■ DATASET ENTRIES:
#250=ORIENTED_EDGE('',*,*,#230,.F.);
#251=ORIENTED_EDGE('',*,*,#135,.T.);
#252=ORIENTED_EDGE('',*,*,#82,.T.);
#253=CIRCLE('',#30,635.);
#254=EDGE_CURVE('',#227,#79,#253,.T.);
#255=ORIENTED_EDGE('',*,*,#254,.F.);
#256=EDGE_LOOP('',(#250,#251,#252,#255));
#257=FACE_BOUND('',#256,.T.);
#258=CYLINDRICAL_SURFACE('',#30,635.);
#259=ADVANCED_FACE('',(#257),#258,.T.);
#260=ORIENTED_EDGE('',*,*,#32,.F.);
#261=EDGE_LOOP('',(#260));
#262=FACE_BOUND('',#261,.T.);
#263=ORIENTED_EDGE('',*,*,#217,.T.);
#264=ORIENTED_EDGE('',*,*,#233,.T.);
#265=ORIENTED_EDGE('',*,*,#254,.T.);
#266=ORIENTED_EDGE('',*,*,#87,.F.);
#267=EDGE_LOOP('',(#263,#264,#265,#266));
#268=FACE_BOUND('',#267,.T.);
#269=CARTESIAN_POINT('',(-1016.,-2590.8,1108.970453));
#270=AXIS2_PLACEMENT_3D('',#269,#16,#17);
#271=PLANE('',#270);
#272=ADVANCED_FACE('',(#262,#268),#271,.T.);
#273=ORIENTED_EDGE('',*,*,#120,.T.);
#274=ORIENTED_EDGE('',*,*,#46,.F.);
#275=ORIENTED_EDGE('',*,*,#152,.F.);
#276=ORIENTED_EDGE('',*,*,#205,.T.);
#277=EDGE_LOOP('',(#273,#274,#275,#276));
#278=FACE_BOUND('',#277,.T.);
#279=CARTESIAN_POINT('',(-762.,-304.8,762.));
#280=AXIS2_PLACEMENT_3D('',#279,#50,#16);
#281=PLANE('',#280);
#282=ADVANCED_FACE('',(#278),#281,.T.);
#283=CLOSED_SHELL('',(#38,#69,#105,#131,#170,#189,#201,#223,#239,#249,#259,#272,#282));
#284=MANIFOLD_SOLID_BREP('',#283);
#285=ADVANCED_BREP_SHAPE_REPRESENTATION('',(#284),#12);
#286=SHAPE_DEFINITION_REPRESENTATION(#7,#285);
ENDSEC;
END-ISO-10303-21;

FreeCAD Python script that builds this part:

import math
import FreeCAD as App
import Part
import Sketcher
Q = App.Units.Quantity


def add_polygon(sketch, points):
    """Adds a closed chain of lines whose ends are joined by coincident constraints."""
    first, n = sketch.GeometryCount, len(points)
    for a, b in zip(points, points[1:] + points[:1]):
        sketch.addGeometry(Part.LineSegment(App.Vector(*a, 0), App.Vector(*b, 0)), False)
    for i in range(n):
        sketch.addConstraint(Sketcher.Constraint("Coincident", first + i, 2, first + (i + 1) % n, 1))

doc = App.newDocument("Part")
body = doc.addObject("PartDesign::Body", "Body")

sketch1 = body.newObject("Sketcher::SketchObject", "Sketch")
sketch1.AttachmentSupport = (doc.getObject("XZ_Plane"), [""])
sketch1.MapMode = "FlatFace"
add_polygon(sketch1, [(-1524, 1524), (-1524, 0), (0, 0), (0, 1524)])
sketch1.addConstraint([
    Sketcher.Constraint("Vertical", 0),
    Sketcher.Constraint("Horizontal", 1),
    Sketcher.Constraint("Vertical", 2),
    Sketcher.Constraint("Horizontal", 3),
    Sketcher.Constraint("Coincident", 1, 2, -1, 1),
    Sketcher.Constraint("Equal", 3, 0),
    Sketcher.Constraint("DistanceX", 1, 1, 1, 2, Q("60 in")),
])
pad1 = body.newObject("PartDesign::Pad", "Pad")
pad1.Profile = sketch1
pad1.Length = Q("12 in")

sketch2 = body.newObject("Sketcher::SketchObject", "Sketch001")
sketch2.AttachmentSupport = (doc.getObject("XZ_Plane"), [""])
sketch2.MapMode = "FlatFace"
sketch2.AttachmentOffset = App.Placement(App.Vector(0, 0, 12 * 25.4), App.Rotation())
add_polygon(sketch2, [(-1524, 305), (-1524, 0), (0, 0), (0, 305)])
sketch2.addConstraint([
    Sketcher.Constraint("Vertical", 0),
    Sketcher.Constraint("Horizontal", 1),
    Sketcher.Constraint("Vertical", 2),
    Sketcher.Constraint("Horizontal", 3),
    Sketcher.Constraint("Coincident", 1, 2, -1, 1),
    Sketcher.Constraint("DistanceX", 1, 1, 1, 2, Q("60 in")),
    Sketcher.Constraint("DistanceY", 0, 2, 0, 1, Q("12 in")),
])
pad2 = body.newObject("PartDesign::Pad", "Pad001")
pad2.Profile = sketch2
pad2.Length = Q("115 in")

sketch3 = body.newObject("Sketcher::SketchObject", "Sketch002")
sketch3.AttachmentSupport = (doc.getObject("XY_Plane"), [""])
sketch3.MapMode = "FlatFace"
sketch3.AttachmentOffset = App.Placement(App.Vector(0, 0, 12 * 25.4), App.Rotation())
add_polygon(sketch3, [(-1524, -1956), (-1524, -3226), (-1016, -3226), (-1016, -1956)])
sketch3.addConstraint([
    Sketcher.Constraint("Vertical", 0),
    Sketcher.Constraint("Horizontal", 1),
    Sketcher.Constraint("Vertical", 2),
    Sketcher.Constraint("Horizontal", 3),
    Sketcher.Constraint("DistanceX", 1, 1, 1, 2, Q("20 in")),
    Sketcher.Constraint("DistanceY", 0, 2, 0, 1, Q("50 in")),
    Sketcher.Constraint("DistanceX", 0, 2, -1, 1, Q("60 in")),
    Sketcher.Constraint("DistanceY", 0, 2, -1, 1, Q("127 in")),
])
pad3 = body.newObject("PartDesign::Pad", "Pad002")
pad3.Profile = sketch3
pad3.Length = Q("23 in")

■ EXERCISE REQUIREMENTS: Search the entries above for "DistanceX". Show every line that has it.

■ OUTPUT FOR THIS EXERCISE:
    Sketcher.Constraint("DistanceX", 1, 1, 1, 2, Q("60 in")),
    Sketcher.Constraint("DistanceX", 1, 1, 1, 2, Q("60 in")),
    Sketcher.Constraint("DistanceX", 1, 1, 1, 2, Q("20 in")),
    Sketcher.Constraint("DistanceX", 0, 2, -1, 1, Q("60 in")),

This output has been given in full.